Member of the New York State Senate from the 36th district
- In office January 1, 1935 – December 31, 1944
- Preceded by: Michael J. Kernan
- Succeeded by: Gilbert T. Seelye

Personal details
- Born: 1893 Scotland
- Died: February 27, 1957 (aged 63–64) Utica, New York, U.S.
- Spouse: Esther Kolpien ​(m. 1923)​
- Children: 2
- Parent(s): Edward Mackie Hampton Agnes Hately
- Alma mater: Syracuse University College of Law
- Profession: Politician, lawyer

Military service
- Allegiance: United States
- Branch/service: United States Army
- Rank: Lieutenant
- Battles/wars: World War II

= William H. Hampton =

American lawyer and politician (1893–1957)

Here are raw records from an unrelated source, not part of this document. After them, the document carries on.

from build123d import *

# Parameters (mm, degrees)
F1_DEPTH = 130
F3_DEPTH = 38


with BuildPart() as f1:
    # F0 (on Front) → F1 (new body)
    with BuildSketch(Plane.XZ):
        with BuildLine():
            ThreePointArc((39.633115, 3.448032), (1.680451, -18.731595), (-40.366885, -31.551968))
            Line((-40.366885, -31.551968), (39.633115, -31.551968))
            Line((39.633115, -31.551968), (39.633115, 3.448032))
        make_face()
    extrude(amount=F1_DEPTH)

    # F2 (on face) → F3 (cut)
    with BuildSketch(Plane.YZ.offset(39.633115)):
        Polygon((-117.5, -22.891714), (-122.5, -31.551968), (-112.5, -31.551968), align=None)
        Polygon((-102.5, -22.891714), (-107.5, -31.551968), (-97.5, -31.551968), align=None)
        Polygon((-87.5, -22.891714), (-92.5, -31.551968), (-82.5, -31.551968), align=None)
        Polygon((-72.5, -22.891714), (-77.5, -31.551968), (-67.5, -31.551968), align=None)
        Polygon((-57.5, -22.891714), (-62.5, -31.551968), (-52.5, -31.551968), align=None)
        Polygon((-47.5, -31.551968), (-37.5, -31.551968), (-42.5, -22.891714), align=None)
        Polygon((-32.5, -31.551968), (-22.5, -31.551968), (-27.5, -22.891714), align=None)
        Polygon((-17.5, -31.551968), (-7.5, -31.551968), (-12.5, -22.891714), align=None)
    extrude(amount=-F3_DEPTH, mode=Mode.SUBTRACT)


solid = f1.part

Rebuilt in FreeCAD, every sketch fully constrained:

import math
import FreeCAD as App
import Part
import Sketcher

V = App.Vector
Q = App.Units.Quantity


def add_polygon(sketch, points):
    """Adds a closed chain of lines whose ends are joined by coincident constraints."""
    first, n = sketch.GeometryCount, len(points)
    for a, b in zip(points, points[1:] + points[:1]):
        sketch.addGeometry(Part.LineSegment(App.Vector(*a, 0), App.Vector(*b, 0)), False)
    for i in range(n):
        sketch.addConstraint(Sketcher.Constraint("Coincident", first + i, 2, first + (i + 1) % n, 1))

doc = App.newDocument("Part")
body = doc.addObject("PartDesign::Body", "Body")

sketch1 = body.newObject("Sketcher::SketchObject", "Sketch")
sketch1.AttachmentSupport = (doc.getObject("XZ_Plane"), [""])
sketch1.MapMode = "FlatFace"
sketch1.addGeometry(Part.ArcOfCircle(Part.Circle(V(-74, 155, 0), V(0, 0, 1), 189), math.radians(-80), math.radians(-53)), False)
sketch1.addGeometry(Part.LineSegment(V(-40, -32, 0), V(40, -32, 0)), False)
sketch1.addGeometry(Part.LineSegment(V(40, -32, 0), V(40, 3, 0)), False)
sketch1.addConstraint(Sketcher.Constraint("Coincident", 0, 1, 1, 1))
sketch1.addConstraint(Sketcher.Constraint("Coincident", 1, 2, 2, 1))
sketch1.addConstraint(Sketcher.Constraint("Coincident", 2, 2, 0, 2))
sketch1.addConstraint(Sketcher.Constraint("Horizontal", 1))
sketch1.addConstraint(Sketcher.Constraint("Vertical", 2))
sketch1.addConstraint(Sketcher.Constraint("DistanceX", 1, 1, 1, 2, Q("80 mm")))
sketch1.addConstraint(Sketcher.Constraint("DistanceY", 2, 1, 2, 2, Q("35 mm")))
sketch1.addConstraint(Sketcher.Constraint("Radius", 0, Q("189.152686 mm")))
sketch1.addConstraint(Sketcher.Constraint("DistanceY", -1, 1, 2, 2, Q("3.448032 mm")))
sketch1.addConstraint(Sketcher.Constraint("DistanceX", 0, 3, -1, 1, Q("74.135507 mm")))
pad1 = body.newObject("PartDesign::Pad", "Pad")
pad1.Profile = sketch1
pad1.Length = 130

sketch2 = body.newObject("Sketcher::SketchObject", "Sketch001")
sketch2.AttachmentSupport = (doc.getObject("YZ_Plane"), [""])
sketch2.MapMode = "FlatFace"
sketch2.AttachmentOffset = App.Placement(V(0, 0, 39.633115), App.Rotation())
add_polygon(sketch2, [(-118, -23), (-122, -32), (-112, -32)])
add_polygon(sketch2, [(-102, -23), (-108, -32), (-98, -32)])
add_polygon(sketch2, [(-88, -23), (-92, -32), (-82, -32)])
add_polygon(sketch2, [(-72, -23), (-78, -32), (-68, -32)])
add_polygon(sketch2, [(-58, -23), (-62, -32), (-52, -32)])
add_polygon(sketch2, [(-48, -32), (-38, -32), (-42, -23)])
add_polygon(sketch2, [(-32, -32), (-22, -32), (-28, -23)])
add_polygon(sketch2, [(-18, -32), (-8, -32), (-12, -23)])
sketch2.addConstraint(Sketcher.Constraint("Horizontal", 1))
sketch2.addConstraint(Sketcher.Constraint("Horizontal", 4))
sketch2.addConstraint(Sketcher.Constraint("Horizontal", 7))
sketch2.addConstraint(Sketcher.Constraint("Horizontal", 10))
sketch2.addConstraint(Sketcher.Constraint("Horizontal", 13))
sketch2.addConstraint(Sketcher.Constraint("Horizontal", 15))
sketch2.addConstraint(Sketcher.Constraint("Horizontal", 18))
sketch2.addConstraint(Sketcher.Constraint("Horizontal", 21))
sketch2.addConstraint(Sketcher.Constraint("Parallel", 0, 3))
sketch2.addConstraint(Sketcher.Constraint("Parallel", 2, 5))
sketch2.addConstraint(Sketcher.Constraint("Parallel", 3, 6))
sketch2.addConstraint(Sketcher.Constraint("Parallel", 5, 8))
sketch2.addConstraint(Sketcher.Constraint("Parallel", 6, 9))
sketch2.addConstraint(Sketcher.Constraint("Parallel", 8, 11))
sketch2.addConstraint(Sketcher.Constraint("Parallel", 9, 12))
sketch2.addConstraint(Sketcher.Constraint("Parallel", 11, 14))
sketch2.addConstraint(Sketcher.Constraint("Parallel", 14, 16))
sketch2.addConstraint(Sketcher.Constraint("Parallel", 12, 17))
sketch2.addConstraint(Sketcher.Constraint("Parallel", 16, 19))
sketch2.addConstraint(Sketcher.Constraint("Parallel", 17, 20))
sketch2.addConstraint(Sketcher.Constraint("Parallel", 19, 22))
sketch2.addConstraint(Sketcher.Constraint("Parallel", 20, 23))
sketch2.addConstraint(Sketcher.Constraint("Horizontal", 1, 2, 3, 2))
sketch2.addConstraint(Sketcher.Constraint("Horizontal", 2, 2, 5, 2))
sketch2.addConstraint(Sketcher.Constraint("Horizontal", 4, 2, 6, 2))
sketch2.addConstraint(Sketcher.Constraint("Horizontal", 5, 2, 8, 2))
sketch2.addConstraint(Sketcher.Constraint("Horizontal", 7, 2, 9, 2))
sketch2.addConstraint(Sketcher.Constraint("Horizontal", 8, 2, 11, 2))
sketch2.addConstraint(Sketcher.Constraint("Horizontal", 10, 2, 12, 2))
sketch2.addConstraint(Sketcher.Constraint("Horizontal", 11, 2, 14, 2))
sketch2.addConstraint(Sketcher.Constraint("Horizontal", 13, 2, 15, 2))
sketch2.addConstraint(Sketcher.Constraint("Horizontal", 14, 2, 16, 2))
sketch2.addConstraint(Sketcher.Constraint("Horizontal", 17, 2, 18, 2))
sketch2.addConstraint(Sketcher.Constraint("Horizontal", 16, 2, 19, 2))
sketch2.addConstraint(Sketcher.Constraint("Horizontal", 20, 2, 21, 2))
sketch2.addConstraint(Sketcher.Constraint("Horizontal", 19, 2, 22, 2))
sketch2.addConstraint(Sketcher.Constraint("Equal", 0, 2))
sketch2.addConstraint(Sketcher.Constraint("DistanceX", 1, 1, 1, 2, Q("10 mm")))
sketch2.addConstraint(Sketcher.Constraint("Angle", 0, Q("-120 deg")))
sketch2.addConstraint(Sketcher.Constraint("DistanceX", 1, 2, 3, 2, Q("5 mm")))
sketch2.addConstraint(Sketcher.Constraint("DistanceX", 4, 2, 6, 2, Q("5 mm")))
sketch2.addConstraint(Sketcher.Constraint("DistanceX", 7, 2, 9, 2, Q("5 mm")))
sketch2.addConstraint(Sketcher.Constraint("DistanceX", 10, 2, 12, 2, Q("5 mm")))
sketch2.addConstraint(Sketcher.Constraint("DistanceX", 13, 2, 15, 2, Q("15 mm")))
sketch2.addConstraint(Sketcher.Constraint("DistanceX", 15, 2, 18, 2, Q("15 mm")))
sketch2.addConstraint(Sketcher.Constraint("DistanceX", 18, 2, 21, 2, Q("15 mm")))
sketch2.addConstraint(Sketcher.Constraint("DistanceX", 0, 2, -1, 1, Q("122.5 mm")))
sketch2.addConstraint(Sketcher.Constraint("DistanceY", 0, 2, -1, 1, Q("31.551968 mm")))
pocket1 = body.newObject("PartDesign::Pocket", "Pocket")
pocket1.Profile = sketch2
pocket1.Length = 38

doc.recompute()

William H. Hampton (1893 – February 27, 1957) was an American lawyer and politician from New York.

==Life==
He was born in 1893 in Scotland, the son of Edward Mackie Hampton (1862–1934) and Agnes (Hately) Hampton (1866–1961). He graduated from Gouverneur High School, in Gouverneur, New York, in 1913; and from Syracuse University College of Law in 1916. During World War I, he served with the 301st Engineers of the U.S. Army, and finished the war as a lieutenant.

After the war, he practiced law in Utica, and was a Justice of the Peace. On September 4, 1923, he married Esther Kolpien, and they had two sons. He was a U.S. Commissioner for the Northern District of New York from 1927 to 1934.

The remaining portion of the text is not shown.